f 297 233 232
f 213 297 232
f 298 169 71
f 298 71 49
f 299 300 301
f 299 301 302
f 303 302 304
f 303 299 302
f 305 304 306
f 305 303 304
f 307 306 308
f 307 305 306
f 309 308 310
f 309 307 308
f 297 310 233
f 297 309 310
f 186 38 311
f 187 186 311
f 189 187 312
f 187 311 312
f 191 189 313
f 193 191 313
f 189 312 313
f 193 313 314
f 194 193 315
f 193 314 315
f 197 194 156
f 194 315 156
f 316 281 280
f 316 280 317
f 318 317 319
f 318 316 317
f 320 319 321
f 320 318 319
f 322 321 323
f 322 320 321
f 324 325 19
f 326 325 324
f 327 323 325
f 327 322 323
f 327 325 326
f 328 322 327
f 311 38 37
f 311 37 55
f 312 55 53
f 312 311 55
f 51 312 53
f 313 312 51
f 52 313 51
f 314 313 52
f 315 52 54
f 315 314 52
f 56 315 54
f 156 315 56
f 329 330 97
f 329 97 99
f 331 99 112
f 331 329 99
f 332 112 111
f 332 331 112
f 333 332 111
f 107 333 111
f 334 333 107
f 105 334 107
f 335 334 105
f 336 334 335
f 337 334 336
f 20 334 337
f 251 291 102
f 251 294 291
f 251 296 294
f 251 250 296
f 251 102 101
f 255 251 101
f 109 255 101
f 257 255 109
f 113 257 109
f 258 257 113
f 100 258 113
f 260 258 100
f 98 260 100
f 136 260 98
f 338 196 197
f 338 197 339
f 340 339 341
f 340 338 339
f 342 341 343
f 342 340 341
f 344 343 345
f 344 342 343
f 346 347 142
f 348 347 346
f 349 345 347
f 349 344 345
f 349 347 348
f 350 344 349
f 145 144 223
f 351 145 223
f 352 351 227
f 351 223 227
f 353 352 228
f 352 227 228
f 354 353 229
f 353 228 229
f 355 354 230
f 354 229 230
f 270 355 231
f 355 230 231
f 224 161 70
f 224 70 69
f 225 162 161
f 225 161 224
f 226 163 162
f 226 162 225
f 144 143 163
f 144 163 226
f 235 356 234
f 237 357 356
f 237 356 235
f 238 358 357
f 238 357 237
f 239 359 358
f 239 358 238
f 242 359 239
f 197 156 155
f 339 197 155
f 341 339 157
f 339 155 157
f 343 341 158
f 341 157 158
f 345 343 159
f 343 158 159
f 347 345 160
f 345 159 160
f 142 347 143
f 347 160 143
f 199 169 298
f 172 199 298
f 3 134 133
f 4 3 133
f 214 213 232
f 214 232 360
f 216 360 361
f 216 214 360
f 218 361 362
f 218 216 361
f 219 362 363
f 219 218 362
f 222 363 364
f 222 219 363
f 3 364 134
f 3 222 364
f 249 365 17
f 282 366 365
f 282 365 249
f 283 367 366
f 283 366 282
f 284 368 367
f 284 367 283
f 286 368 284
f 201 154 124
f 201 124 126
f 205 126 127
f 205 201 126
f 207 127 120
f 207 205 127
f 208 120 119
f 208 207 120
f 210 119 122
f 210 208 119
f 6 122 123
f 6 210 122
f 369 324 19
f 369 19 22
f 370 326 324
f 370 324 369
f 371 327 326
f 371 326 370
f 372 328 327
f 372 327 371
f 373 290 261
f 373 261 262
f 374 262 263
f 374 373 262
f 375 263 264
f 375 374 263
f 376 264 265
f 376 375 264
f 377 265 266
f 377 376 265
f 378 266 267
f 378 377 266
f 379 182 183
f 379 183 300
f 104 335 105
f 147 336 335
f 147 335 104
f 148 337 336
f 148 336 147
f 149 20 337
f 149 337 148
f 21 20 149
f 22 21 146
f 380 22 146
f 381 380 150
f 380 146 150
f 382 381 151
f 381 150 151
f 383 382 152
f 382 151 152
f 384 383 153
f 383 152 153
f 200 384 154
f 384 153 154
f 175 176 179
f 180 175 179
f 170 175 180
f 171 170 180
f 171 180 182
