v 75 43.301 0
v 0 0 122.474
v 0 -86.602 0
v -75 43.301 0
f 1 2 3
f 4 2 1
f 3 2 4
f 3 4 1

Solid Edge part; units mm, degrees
sketch "Sketch1" plane through (0, 0, 0) normal (0, 0, 1) x (1, 0, 0)
  line L0 (0, -86.6025) -> (75, 43.3013)
  line L1 (75, 43.3013) -> (-75, 43.3013)
  line L2 (-75, 43.3013) -> (0, -86.6025)
extrude "Protrusion1" add sketch "Sketch1" along normal up to vertex (122.4745 mm away)
sketch "Sketch2" plane through (0, 0, 0) normal (1, 0, 0) x (0, 1, 0)
  line L0 (0, 122.4745) -> (43.3013, 0)
extrude "Cutout1" cut sketch "Sketch2" along normal mid plane 491.8403 material side at (0, 21.6978, 61.2539)
pattern_circular "Pattern1" count 3 over 360 about axis through (0, 0, 122.4745) along (0, 0, -1) of "Cutout1"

WHAT IS EXPECTED.
Would you please repeat, exactly as written, the lines from the one containing "f 200 384 154" through the end of the listing above, including both, and only those?

EXPECTED OUTPUT.
f 200 384 154
f 384 153 154
f 175 176 179
f 180 175 179
f 170 175 180
f 171 170 180
f 171 180 182
v 75 43.301 0
v 0 0 122.474
v 0 -86.602 0
v -75 43.301 0
f 1 2 3
f 4 2 1
f 3 2 4
f 3 4 1

Solid Edge part; units mm, degrees
sketch "Sketch1" plane through (0, 0, 0) normal (0, 0, 1) x (1, 0, 0)
  line L0 (0, -86.6025) -> (75, 43.3013)
  line L1 (75, 43.3013) -> (-75, 43.3013)
  line L2 (-75, 43.3013) -> (0, -86.6025)
extrude "Protrusion1" add sketch "Sketch1" along normal up to vertex (122.4745 mm away)
sketch "Sketch2" plane through (0, 0, 0) normal (1, 0, 0) x (0, 1, 0)
  line L0 (0, 122.4745) -> (43.3013, 0)
extrude "Cutout1" cut sketch "Sketch2" along normal mid plane 491.8403 material side at (0, 21.6978, 61.2539)
pattern_circular "Pattern1" count 3 over 360 about axis through (0, 0, 122.4745) along (0, 0, -1) of "Cutout1"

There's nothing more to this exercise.